What? You thought this was all about you?
Oh, I don’t want to answer this. *sigh* When I was young, I wanted to be Dorothy Hamill. Then, for a little while, I wanted to be Geek!Willow… well, I guess I just wanted Geek!Willow’s brain so I didn’t have to study for math tests and could goof off a little more. After that, I kind of wanted to be Faith… except without the killing of innocents and the turning to evil and stealing my life. Um. That makes sense, right?

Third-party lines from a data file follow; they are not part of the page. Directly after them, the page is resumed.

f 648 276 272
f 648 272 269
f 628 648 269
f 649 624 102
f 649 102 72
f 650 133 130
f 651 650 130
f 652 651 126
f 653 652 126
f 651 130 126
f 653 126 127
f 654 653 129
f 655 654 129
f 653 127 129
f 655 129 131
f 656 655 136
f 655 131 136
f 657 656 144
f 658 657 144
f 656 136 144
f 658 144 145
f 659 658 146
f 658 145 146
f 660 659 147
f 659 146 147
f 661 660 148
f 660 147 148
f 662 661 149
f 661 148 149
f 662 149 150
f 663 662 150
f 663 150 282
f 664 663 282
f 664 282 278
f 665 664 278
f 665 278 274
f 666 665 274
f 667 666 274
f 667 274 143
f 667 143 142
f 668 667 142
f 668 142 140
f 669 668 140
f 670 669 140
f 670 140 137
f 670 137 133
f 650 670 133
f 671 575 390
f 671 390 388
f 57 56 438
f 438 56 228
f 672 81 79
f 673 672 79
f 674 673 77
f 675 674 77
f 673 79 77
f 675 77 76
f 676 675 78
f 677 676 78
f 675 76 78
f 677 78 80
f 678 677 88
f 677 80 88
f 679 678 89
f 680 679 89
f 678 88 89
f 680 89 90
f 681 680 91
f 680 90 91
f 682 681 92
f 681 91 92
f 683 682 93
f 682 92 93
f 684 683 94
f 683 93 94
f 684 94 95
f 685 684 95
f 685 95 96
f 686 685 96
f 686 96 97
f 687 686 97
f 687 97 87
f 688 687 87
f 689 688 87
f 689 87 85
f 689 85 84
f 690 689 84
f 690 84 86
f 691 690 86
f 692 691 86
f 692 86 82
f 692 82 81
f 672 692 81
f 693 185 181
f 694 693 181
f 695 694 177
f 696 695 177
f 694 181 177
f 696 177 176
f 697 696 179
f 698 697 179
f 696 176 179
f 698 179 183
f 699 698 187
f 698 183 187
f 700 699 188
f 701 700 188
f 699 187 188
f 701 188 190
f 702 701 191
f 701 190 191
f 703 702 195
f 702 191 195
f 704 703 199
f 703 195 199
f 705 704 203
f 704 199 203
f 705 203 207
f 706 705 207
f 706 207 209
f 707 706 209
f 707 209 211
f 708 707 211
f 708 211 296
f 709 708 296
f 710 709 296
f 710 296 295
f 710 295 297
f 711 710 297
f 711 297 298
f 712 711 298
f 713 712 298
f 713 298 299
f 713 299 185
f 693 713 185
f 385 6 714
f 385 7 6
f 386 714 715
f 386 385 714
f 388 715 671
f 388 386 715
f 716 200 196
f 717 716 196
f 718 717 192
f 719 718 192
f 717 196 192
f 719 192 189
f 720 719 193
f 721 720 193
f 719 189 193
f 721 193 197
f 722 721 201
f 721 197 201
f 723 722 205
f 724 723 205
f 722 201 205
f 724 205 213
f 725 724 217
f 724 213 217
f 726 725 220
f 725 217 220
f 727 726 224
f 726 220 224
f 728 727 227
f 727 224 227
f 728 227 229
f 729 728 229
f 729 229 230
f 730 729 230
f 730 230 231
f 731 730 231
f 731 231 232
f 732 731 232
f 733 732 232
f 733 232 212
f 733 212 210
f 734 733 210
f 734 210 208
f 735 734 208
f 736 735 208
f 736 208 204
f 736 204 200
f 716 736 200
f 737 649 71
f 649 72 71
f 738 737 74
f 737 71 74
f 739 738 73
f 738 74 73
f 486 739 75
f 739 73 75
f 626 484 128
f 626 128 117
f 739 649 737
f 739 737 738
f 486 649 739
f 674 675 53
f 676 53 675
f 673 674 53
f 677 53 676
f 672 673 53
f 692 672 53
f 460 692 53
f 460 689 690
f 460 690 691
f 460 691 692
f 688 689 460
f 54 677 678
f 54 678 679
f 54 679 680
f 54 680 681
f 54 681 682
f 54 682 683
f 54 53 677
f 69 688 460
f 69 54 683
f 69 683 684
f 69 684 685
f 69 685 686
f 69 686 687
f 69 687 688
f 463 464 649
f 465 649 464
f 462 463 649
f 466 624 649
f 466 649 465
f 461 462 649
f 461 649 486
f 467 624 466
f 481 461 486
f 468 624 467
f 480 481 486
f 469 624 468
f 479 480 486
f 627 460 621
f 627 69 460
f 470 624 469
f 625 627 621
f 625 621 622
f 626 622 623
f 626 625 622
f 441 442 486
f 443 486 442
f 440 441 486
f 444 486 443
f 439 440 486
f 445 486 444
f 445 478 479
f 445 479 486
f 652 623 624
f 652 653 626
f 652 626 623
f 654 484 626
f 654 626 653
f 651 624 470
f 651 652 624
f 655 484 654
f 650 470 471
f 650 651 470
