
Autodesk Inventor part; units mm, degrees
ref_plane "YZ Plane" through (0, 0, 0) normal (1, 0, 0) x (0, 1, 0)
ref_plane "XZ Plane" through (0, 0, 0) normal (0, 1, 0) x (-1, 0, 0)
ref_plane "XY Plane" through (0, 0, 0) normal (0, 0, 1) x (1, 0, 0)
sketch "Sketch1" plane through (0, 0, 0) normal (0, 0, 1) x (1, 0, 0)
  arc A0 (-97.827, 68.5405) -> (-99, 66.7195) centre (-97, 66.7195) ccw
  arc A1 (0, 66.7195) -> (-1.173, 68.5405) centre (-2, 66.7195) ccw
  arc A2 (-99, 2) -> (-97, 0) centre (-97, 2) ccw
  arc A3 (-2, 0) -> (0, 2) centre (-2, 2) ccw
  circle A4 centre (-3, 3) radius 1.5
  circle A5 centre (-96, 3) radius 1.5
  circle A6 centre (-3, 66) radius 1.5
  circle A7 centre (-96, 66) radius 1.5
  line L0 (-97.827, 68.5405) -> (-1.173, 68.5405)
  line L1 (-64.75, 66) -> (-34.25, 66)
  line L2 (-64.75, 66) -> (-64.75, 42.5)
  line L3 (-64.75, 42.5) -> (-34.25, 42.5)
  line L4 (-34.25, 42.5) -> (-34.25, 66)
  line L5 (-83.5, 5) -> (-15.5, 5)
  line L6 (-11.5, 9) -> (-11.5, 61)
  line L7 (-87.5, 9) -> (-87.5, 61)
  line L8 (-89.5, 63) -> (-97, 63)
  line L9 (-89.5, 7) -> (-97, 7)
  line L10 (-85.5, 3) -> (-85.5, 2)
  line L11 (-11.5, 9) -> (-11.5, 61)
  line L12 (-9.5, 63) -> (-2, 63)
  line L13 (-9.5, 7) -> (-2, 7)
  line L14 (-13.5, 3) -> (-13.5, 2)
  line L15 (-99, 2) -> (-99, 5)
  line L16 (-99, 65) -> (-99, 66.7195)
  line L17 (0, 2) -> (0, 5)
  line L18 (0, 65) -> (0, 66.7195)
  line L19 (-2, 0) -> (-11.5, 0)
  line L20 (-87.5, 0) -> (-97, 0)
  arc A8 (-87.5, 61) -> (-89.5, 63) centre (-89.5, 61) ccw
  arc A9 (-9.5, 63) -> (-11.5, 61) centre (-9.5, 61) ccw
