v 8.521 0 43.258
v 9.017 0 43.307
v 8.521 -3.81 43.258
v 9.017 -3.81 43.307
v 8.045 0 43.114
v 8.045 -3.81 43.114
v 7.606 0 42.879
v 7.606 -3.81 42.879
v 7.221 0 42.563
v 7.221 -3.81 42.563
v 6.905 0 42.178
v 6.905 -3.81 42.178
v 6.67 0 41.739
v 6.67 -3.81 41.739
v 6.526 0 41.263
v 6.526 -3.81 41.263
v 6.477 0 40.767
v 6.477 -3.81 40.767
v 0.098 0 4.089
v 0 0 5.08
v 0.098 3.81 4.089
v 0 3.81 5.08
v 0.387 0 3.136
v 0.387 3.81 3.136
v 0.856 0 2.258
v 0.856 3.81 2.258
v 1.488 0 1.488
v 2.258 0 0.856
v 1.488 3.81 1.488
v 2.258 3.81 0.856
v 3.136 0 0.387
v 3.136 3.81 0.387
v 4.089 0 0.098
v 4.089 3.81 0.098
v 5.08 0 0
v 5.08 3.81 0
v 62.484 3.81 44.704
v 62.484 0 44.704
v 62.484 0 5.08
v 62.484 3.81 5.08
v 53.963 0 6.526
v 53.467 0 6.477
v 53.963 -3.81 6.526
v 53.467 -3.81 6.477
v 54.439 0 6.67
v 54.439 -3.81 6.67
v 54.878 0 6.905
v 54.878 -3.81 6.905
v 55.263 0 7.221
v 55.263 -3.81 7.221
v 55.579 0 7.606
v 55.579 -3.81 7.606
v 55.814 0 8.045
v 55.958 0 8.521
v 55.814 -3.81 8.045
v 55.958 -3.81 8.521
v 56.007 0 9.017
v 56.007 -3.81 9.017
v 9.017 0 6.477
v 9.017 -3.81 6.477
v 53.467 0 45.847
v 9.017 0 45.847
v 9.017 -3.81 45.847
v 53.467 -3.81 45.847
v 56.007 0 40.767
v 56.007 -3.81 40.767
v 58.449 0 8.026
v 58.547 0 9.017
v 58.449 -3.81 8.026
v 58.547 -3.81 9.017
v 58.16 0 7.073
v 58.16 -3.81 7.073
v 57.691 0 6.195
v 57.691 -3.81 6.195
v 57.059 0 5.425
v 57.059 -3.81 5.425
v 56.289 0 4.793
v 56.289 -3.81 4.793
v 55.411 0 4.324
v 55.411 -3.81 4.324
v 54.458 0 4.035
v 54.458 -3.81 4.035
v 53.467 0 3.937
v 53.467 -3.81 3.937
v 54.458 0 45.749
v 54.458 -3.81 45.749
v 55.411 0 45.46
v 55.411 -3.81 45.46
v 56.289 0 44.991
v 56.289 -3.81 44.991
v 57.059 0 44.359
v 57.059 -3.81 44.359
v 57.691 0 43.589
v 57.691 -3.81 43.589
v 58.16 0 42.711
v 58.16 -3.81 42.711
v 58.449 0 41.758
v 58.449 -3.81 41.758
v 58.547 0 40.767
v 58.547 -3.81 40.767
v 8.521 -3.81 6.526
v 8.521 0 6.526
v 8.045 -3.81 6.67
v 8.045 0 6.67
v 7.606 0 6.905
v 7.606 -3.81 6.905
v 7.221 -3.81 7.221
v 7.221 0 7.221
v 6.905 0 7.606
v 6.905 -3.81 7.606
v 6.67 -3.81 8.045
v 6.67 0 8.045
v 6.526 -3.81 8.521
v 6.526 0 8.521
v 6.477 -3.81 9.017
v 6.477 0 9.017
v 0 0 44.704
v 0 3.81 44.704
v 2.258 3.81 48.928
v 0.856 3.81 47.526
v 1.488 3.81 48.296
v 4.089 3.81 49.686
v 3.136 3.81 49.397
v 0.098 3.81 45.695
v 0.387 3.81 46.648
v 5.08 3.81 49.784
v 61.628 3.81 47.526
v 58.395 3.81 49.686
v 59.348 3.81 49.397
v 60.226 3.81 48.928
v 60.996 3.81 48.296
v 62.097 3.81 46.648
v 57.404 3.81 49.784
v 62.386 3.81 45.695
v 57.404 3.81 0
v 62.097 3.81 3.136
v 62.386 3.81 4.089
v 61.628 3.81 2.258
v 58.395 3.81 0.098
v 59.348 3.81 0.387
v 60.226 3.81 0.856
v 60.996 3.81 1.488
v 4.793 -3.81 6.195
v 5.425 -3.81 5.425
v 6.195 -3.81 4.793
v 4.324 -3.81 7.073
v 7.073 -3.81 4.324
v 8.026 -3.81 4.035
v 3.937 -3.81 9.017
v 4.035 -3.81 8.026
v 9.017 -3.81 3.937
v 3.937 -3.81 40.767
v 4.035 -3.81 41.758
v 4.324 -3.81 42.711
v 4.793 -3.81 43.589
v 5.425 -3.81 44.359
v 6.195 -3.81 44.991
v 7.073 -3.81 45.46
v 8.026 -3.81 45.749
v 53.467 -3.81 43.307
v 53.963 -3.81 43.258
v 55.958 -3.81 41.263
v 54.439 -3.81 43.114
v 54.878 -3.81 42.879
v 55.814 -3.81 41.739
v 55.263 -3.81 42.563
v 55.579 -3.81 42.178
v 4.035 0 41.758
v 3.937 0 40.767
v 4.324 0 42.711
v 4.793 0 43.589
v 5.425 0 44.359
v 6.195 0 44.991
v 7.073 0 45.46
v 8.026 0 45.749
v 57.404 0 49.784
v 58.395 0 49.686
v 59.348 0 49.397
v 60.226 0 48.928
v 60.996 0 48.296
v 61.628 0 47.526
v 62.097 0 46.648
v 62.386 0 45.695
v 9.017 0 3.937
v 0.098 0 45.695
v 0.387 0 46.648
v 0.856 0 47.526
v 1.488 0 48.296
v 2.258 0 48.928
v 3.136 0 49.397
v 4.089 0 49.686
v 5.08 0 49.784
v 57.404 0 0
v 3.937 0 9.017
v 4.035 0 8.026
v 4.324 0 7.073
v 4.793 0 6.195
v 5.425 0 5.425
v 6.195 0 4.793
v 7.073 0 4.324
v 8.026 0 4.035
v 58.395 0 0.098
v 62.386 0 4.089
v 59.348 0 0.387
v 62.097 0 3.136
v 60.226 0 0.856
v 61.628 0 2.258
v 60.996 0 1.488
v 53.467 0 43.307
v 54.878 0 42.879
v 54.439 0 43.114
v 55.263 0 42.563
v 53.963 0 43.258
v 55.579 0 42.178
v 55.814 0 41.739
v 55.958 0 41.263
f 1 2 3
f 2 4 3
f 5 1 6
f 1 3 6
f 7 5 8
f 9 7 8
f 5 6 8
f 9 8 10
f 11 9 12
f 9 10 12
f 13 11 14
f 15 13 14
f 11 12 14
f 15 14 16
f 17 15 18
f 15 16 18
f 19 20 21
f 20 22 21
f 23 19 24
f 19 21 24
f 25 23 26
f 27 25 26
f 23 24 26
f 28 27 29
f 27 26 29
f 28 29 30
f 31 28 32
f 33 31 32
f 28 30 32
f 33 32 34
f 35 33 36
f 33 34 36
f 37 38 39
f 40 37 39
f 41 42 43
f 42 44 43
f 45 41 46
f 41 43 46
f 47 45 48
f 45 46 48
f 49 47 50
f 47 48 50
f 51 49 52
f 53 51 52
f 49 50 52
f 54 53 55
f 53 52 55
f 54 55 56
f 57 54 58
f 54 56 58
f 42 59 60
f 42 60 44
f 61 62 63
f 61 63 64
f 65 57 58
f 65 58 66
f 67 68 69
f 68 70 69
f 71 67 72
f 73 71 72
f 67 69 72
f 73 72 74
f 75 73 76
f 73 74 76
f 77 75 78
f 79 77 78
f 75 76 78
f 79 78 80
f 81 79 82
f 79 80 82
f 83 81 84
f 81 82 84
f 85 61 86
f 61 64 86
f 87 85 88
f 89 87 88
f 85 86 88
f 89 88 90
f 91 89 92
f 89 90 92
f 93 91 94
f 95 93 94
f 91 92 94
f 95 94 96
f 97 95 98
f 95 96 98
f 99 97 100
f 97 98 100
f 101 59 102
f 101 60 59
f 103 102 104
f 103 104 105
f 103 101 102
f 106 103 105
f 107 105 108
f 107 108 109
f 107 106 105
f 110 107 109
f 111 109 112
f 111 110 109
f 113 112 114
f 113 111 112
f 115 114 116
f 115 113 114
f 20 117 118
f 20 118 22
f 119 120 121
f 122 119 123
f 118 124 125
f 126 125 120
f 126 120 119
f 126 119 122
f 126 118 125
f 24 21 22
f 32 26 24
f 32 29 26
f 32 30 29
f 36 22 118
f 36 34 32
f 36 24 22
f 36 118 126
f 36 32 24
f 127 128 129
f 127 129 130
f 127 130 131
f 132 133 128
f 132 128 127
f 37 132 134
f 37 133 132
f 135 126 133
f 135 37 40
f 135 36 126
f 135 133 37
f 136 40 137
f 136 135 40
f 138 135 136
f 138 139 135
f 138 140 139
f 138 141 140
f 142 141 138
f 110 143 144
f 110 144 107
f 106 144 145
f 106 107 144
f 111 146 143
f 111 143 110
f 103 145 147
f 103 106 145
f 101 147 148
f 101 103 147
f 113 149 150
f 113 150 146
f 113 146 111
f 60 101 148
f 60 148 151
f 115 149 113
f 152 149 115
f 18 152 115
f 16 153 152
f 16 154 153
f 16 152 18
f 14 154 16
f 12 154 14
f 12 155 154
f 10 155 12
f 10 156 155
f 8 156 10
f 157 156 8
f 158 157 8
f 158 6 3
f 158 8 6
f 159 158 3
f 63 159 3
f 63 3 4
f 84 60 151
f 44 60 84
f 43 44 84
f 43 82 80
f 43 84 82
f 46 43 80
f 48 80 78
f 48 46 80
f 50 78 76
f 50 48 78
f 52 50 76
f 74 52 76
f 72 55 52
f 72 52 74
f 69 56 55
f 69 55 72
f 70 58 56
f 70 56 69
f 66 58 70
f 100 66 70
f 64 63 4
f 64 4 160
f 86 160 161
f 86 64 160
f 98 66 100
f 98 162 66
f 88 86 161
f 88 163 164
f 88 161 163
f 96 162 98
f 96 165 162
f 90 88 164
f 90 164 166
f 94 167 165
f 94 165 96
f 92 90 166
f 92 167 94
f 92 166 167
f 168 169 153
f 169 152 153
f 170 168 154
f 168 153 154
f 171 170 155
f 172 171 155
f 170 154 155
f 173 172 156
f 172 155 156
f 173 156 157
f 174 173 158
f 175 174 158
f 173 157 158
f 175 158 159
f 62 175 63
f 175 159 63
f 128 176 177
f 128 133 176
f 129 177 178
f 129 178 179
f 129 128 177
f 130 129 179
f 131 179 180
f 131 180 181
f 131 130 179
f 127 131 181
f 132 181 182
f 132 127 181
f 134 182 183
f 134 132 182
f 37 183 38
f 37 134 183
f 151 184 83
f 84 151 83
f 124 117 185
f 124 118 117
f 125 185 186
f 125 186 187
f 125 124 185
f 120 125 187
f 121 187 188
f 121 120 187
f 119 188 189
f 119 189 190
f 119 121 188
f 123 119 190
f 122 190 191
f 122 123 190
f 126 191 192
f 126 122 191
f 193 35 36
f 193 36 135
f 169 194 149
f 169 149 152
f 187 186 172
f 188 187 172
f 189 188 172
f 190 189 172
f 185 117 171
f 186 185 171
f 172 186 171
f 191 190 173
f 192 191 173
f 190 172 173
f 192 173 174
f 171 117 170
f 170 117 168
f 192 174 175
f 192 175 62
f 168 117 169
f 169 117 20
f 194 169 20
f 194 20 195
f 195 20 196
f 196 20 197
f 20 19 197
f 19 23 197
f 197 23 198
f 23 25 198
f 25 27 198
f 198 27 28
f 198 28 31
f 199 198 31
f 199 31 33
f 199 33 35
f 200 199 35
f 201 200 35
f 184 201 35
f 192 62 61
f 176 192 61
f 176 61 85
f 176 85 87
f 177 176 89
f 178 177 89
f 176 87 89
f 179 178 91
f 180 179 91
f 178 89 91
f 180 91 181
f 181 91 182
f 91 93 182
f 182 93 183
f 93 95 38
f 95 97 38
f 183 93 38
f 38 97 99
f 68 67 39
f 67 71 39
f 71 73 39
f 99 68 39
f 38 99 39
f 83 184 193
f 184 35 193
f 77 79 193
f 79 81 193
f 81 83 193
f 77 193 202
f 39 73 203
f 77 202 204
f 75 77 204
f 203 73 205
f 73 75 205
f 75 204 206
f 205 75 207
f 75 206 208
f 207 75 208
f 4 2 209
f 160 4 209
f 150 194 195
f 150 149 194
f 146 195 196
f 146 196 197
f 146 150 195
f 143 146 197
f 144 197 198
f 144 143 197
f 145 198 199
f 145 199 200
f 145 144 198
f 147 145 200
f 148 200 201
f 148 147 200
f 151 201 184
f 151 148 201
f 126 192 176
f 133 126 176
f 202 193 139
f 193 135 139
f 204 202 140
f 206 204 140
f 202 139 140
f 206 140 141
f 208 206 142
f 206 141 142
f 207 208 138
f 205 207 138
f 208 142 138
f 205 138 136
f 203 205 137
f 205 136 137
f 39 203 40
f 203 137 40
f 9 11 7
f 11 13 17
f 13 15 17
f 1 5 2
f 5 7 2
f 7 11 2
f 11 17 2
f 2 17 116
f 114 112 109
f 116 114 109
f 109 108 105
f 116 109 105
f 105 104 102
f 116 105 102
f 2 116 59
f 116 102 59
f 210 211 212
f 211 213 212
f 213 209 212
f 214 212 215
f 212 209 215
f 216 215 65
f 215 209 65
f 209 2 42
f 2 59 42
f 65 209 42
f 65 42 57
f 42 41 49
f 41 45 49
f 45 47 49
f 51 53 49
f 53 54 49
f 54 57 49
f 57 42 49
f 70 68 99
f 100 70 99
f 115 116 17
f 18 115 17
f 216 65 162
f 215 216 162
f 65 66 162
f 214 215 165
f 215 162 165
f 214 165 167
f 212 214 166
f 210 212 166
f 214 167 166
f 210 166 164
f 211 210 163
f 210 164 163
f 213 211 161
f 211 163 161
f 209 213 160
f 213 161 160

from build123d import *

# Parameters (mm, degrees)
SKETCH1_W           = 62.484
SKETCH1_H           = 49.784
BOSS_EXTRUDE1_DEPTH = 3.81
SKETCH2_W           = 54.61
SKETCH2_H           = 41.91
SKETCH2_W_2         = 49.53
SKETCH2_H_2         = 36.83
BOSS_EXTRUDE3_DEPTH = 3.81
FILLET1_R           = 5.08
FILLET2_R           = 5.08
FILLET3_R           = 2.54


with BuildPart() as part:
    # Sketch1 → Boss-Extrude1 (new body)
    with BuildSketch(Plane(origin=(0, 0, 0), x_dir=(1, 0, 0), z_dir=(0, 1, 0))):
        with Locations((31.242, -24.892)):
            Rectangle(SKETCH1_W, SKETCH1_H)
    extrude(amount=BOSS_EXTRUDE1_DEPTH)

    # Sketch2 → Boss-Extrude3 (add)
    with BuildSketch(Plane.XZ):
        with Locations((31.242, 24.892)):
            Rectangle(SKETCH2_W, SKETCH2_H)
        with Locations((31.242, 24.892)):
            Rectangle(SKETCH2_W_2, SKETCH2_H_2, mode=Mode.SUBTRACT)
    extrude(amount=BOSS_EXTRUDE3_DEPTH)

    # Fillet1
    fillet1_edges = [part.edges().sort_by_distance(p)[0] for p in [
        (0, 1.905, 49.784),
        (0, 1.905, 0),
        (62.484, 1.905, 0),
        (62.484, 1.905, 49.784),
    ]]
    fillet(fillet1_edges, radius=FILLET1_R)

    # Fillet2
    fillet2_edges = [part.edges().sort_by_distance(p)[0] for p in [
        (58.547, -1.905, 3.937),
        (58.547, -1.905, 45.847),
        (3.937, -1.905, 45.847),
        (3.937, -1.905, 3.937),
    ]]
    fillet(fillet2_edges, radius=FILLET2_R)

    # Fillet3
    fillet3_edges = [part.edges().sort_by_distance(p)[0] for p in [
        (56.007, -1.905, 43.307),
        (6.477, -1.905, 43.307),
        (6.477, -1.905, 6.477),
        (56.007, -1.905, 6.477),
    ]]
    fillet(fillet3_edges, radius=FILLET3_R)


solid = part.part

Um, what normal people do in their bathrooms? It’s just that with you around, all these… abnormal things happen. *sigh*
Though I rather like playing with the Invisible Man. *grin*
Oh, so many choices! I think I’ve got to think about it in two different ways. I would guess that the best kiss I ever gave was the first time I kissed Angel. I mean, come on! I made him vamp out.
I know you’re pouting, Spike, so just stop it. The best kiss I ever got was in an abandoned house, when I was almost asleep, curled up against a vampire who could have killed me if he’d really wanted to… except he’d just gotten done telling me why he loved me, and agreed to just hold me. He kissed the top of my head, and rubbed his cheek against my hair, and…
You make me so sappy.
First, is it really a date? It’s not just hanging out? Because hanging out could be any kind of music, as long as we both enjoyed it and, you know, weren’t going to watch a movie or anything.
Oh, all right. It’d depend on who it was and what they liked for music. I’d like to have something that I knew they would like
Standing on my head.
You’re drooling. It’s unbecoming.
Moving right along…
What? You already know the answer to that one! And it’s because
you – that male looks completely drool-a-licious all tied up, all right? God, I am about to die of embarrassment.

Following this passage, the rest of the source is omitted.